Remdesivir is a substrate of CYP 3A4, CYP 2D6, and CYP 2C8, and its metabolism is mediated by hydrolase activity [4, 5]. The potential co-administration of inhibitors can lead to a potential increase in its levels [4, 5]. As remdesivir is a substrate of CYP 3A4, caution must be taken as it is co-administered with many drugs, including above, as CYP enzymes are involved in the metabolism of a wide range of medications. However, the initial data coming out shows no harmful effects of these drug-drug interactions, due to its rapid metabolism by hydrolase and esterase [4, 5]. We conducted thorough search of Embase, PubMed, Scopus, PsycINFO, SciELO, and Web of Science. Since the drug is new and the information available is scarce, this commentary aims to review the potential interactions of remdesivir (Table 1).

Table 1 Drug interactions of remdesivir

Pharmacodynamic Interactions

Remdesivir has a low risk of significant pharmacodynamic interactions [6].

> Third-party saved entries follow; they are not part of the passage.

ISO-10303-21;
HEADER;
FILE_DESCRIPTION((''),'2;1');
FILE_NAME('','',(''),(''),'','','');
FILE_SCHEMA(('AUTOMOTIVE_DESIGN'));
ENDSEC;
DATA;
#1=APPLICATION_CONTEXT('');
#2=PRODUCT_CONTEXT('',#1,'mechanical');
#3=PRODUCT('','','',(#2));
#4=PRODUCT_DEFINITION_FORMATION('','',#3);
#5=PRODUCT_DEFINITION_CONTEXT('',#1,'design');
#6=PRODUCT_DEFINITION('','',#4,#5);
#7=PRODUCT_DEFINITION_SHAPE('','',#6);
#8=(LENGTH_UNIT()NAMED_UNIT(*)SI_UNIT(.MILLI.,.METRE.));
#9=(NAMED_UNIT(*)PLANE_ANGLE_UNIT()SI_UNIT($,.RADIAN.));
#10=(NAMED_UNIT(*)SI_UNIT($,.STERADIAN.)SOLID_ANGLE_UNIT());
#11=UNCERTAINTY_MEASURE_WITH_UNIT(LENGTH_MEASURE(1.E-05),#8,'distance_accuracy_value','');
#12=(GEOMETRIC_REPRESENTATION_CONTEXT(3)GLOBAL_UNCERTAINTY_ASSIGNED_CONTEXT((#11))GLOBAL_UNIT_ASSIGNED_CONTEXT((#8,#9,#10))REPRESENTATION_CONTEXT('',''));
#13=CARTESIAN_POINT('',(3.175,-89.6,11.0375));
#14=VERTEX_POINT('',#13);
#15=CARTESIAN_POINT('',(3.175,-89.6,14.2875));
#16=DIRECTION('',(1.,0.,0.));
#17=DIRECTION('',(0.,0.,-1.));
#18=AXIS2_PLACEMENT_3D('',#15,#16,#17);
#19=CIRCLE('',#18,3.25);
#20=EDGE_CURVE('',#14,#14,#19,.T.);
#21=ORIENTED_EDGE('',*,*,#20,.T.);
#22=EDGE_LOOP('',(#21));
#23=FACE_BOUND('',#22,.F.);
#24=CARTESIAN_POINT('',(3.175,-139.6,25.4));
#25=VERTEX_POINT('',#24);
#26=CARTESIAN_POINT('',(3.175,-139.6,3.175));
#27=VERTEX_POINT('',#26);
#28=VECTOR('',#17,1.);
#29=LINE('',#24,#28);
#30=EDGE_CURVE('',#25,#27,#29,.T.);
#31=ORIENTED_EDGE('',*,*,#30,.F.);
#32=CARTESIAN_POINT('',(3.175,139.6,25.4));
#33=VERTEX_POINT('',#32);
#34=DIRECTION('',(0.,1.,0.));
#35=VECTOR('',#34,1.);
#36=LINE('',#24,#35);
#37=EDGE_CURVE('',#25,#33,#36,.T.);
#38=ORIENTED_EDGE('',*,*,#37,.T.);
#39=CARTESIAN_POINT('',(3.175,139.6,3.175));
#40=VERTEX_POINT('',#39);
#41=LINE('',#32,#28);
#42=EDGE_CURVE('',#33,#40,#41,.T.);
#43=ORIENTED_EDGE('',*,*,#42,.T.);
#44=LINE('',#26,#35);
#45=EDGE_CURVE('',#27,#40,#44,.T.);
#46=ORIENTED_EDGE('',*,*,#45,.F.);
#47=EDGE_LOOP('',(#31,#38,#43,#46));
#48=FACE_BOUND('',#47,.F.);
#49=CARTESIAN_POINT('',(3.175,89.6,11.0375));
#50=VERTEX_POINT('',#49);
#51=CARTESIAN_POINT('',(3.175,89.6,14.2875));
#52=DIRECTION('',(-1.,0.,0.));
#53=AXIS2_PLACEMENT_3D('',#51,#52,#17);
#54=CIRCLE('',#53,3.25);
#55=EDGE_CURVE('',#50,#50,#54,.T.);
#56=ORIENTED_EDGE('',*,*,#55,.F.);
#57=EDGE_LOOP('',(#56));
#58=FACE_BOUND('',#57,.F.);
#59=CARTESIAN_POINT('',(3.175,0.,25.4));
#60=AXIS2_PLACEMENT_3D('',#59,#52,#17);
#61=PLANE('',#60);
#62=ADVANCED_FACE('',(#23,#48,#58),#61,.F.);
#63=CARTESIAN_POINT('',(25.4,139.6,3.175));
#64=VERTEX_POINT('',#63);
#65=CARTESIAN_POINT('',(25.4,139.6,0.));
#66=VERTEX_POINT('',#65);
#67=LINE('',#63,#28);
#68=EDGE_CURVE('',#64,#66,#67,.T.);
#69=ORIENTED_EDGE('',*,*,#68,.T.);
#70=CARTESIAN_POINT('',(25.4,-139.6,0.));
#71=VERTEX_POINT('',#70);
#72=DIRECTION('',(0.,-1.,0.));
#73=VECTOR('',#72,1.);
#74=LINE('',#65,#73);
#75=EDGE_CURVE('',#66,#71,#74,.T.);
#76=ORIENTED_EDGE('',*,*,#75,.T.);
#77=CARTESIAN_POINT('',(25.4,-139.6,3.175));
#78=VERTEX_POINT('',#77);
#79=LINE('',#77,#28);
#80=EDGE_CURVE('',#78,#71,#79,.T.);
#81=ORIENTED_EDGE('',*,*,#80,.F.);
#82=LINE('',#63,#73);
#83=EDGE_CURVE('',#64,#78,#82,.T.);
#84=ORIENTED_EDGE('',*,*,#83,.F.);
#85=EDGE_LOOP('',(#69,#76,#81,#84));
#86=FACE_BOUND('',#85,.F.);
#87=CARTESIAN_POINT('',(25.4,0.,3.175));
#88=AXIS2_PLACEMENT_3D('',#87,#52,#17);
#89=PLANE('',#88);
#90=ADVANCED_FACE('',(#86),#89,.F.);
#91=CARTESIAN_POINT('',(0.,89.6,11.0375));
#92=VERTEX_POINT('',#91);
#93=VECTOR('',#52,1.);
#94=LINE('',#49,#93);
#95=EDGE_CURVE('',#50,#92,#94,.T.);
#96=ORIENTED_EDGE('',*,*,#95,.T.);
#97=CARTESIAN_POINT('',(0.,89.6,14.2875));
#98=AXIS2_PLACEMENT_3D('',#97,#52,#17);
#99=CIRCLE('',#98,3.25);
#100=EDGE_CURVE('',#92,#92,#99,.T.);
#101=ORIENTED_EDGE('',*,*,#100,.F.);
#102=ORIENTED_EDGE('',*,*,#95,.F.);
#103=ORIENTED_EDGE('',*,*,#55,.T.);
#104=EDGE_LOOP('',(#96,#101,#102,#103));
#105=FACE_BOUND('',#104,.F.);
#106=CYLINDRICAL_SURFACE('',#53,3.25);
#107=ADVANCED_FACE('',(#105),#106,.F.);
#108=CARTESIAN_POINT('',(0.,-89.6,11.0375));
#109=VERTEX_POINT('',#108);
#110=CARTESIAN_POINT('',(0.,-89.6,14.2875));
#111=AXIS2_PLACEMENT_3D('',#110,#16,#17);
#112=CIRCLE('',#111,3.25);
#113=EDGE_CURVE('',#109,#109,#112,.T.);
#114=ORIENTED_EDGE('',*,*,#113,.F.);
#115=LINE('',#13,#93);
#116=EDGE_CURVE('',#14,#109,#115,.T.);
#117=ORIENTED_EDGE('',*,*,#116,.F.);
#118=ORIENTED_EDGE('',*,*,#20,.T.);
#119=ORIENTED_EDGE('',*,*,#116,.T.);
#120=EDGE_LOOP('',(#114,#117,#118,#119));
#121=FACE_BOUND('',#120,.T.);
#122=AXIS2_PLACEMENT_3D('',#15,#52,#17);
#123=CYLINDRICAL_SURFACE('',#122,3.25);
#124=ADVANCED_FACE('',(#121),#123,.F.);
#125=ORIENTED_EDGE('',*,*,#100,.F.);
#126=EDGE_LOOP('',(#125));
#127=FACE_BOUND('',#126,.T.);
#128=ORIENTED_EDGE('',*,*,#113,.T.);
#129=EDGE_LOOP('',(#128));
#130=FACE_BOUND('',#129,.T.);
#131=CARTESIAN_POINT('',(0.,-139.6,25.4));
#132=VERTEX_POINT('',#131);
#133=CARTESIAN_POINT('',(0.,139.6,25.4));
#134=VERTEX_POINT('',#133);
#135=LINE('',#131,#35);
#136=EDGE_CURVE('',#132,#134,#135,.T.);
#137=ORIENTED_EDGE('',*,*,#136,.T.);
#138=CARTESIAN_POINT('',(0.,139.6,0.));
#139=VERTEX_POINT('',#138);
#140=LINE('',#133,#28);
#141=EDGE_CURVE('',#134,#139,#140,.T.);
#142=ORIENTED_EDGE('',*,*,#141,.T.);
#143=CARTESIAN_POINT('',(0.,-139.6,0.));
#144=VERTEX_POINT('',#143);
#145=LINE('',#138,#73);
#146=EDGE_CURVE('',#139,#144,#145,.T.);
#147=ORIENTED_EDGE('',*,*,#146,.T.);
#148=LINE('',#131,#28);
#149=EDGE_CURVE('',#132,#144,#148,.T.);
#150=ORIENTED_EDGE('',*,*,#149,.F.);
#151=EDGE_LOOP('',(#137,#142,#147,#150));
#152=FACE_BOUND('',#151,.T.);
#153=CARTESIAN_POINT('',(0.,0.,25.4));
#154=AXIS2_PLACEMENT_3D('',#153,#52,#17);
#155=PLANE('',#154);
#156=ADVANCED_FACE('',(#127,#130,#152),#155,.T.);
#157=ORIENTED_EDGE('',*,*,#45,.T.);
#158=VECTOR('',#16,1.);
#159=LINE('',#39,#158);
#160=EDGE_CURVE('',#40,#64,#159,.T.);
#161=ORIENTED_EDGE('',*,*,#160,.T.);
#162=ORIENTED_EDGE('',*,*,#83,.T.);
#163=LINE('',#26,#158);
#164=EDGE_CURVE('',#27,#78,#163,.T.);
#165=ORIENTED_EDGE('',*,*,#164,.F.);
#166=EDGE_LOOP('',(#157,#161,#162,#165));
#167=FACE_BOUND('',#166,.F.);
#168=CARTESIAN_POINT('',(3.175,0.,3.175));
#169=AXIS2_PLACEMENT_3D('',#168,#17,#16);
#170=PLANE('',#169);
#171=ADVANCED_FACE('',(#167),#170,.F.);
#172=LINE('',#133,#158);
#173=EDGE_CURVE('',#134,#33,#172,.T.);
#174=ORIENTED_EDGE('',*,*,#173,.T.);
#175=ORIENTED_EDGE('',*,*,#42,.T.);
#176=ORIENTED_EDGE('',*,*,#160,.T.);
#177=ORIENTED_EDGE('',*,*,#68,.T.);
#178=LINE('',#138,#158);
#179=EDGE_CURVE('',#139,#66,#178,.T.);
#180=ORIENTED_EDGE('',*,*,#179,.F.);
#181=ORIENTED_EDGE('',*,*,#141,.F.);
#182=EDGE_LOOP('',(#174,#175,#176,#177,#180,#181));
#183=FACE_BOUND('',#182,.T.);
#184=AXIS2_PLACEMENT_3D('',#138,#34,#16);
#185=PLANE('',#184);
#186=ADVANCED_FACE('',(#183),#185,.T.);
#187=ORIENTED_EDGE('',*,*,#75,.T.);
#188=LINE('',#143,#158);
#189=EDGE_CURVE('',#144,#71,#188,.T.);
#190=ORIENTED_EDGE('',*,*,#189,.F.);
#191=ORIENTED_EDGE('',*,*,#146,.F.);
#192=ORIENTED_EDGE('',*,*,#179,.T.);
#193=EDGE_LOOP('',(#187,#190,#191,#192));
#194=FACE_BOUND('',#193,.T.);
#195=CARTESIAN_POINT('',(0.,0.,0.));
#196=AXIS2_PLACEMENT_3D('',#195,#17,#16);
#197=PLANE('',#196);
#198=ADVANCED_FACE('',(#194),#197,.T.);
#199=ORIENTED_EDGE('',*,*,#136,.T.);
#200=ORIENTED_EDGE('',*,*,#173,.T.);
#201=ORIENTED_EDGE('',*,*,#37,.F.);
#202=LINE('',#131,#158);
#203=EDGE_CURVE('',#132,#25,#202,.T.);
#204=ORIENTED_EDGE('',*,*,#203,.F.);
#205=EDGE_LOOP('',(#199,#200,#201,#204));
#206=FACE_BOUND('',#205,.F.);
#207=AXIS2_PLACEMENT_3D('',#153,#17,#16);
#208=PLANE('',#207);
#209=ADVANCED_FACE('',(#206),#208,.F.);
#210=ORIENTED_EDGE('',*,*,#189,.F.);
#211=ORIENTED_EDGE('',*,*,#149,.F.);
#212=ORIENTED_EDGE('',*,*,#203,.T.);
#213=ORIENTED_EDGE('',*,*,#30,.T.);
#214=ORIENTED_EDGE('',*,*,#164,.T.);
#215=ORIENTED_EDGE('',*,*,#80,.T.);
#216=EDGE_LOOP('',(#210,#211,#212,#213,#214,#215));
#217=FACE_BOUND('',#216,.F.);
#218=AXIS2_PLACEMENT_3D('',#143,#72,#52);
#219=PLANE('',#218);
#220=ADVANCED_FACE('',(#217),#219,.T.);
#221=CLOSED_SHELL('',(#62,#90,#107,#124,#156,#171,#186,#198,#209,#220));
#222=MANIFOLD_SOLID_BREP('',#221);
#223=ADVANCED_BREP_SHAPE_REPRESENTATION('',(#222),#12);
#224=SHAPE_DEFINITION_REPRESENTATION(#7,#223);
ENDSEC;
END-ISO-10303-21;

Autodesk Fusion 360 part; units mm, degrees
sketch "Sketch1" plane through (0, 0, 0) normal (0, 1, 0) x (1, 0, 0)
  line L0 (0, -25.4) -> (0, 0)
  line L1 (0, 0) -> (25.4, 0)
  line L2 (12.7, -12.7) -> (11.05, -11.05) construction
  line L3 (3.175, -25.4) -> (3.175, -3.175)
  line L4 (3.175, -3.175) -> (25.4, -3.175)
  line L5 (25.4, -3.175) -> (25.4, 0)
  line L6 (0, -25.4) -> (3.175, -25.4)
  dimension "d1" = 25.4
  dimension "d2" = 25.4
  dimension "d13" = 3.175
extrude "Extrude1" add sketch "Sketch1" along normal blind 139.6
hole "Hole3" at (3.175, 89.6, 14.2875) direction (-1, 0, 0) diameter 6.5 end through all
mirror "Mirror1" about plane through (0, 0, 0) normal (0, 1, 0) of bodies 1 merged
equation "d5 = ( 279.2 / 2 ) * 1 mm"
equation "d27 = ( 22.225 / 2 ) * 1 mm"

Pharmacokinetic Interactions

Steroids like dexamethasone and betamethasone induce CYP3A4 and thus will result in the rapid clearance of remdesivir [4]. Clinicians need to be cautious regarding this interaction. Rifampicin, rifabutin, and rifapentine strongly induce CYP3A4 enzyme [7]. These medications are used in the treatment of tuberculosis and leprosy. Co-administration of these medications with remdesivir can lead to rapid clearance and a significant decrease in remdesivir levels [6, 7]. This combination should not be co-administered [6, 7]. Bosentan is a drug primarily used in the treatment of pulmonary arterial hypertension. As it is mainly metabolized by CYP 3A4 and CYP 2C9, 4, 5, it has the potential of interaction with remdesivir. Although remdesivir causes inhibition of CYP 3A4, it is not expected to affect bosentan’s metabolism. However, as bosentan is an inducer of CYP 3A4, it can potentially cause decreased levels of remdesivir [4]. Remdesivir does not interact with ambrisentan, epoprostenol, iloprost, macitentan, riociguat, selexipag, sildenafil, tadalafil, and treprostinil [6]. Remdesivir has no known interactions with any bronchodilators and beta-blockers and antivirals including oseltamivir [6]. Metamizole is a nonsteroidal anti-inflammatory drug (NSAID) used for chronic pain management in many countries. Metamizole gets hydrolyzed to 4-methylaminoantipyrine which is a substrate for CYP 3A4, 2B6, 2C8, and 2C9. No effect is expected due to remdesivir as it inhibits CYP3A4. However, as metamizole induces CYP3A4 moderately and CYP2B6 strongly in vitro, it can lead to depleted levels of remdesivir [6].

In summary, since remdesivir is metabolized quickly, the risk of interactions is exceptionally low. As we deal with critically ill COVID-19 patients with underlying comorbidities, clinicians need to be careful about the co-administration of various drugs with remdesivir as listed above and keep an eye out for new data that comes out.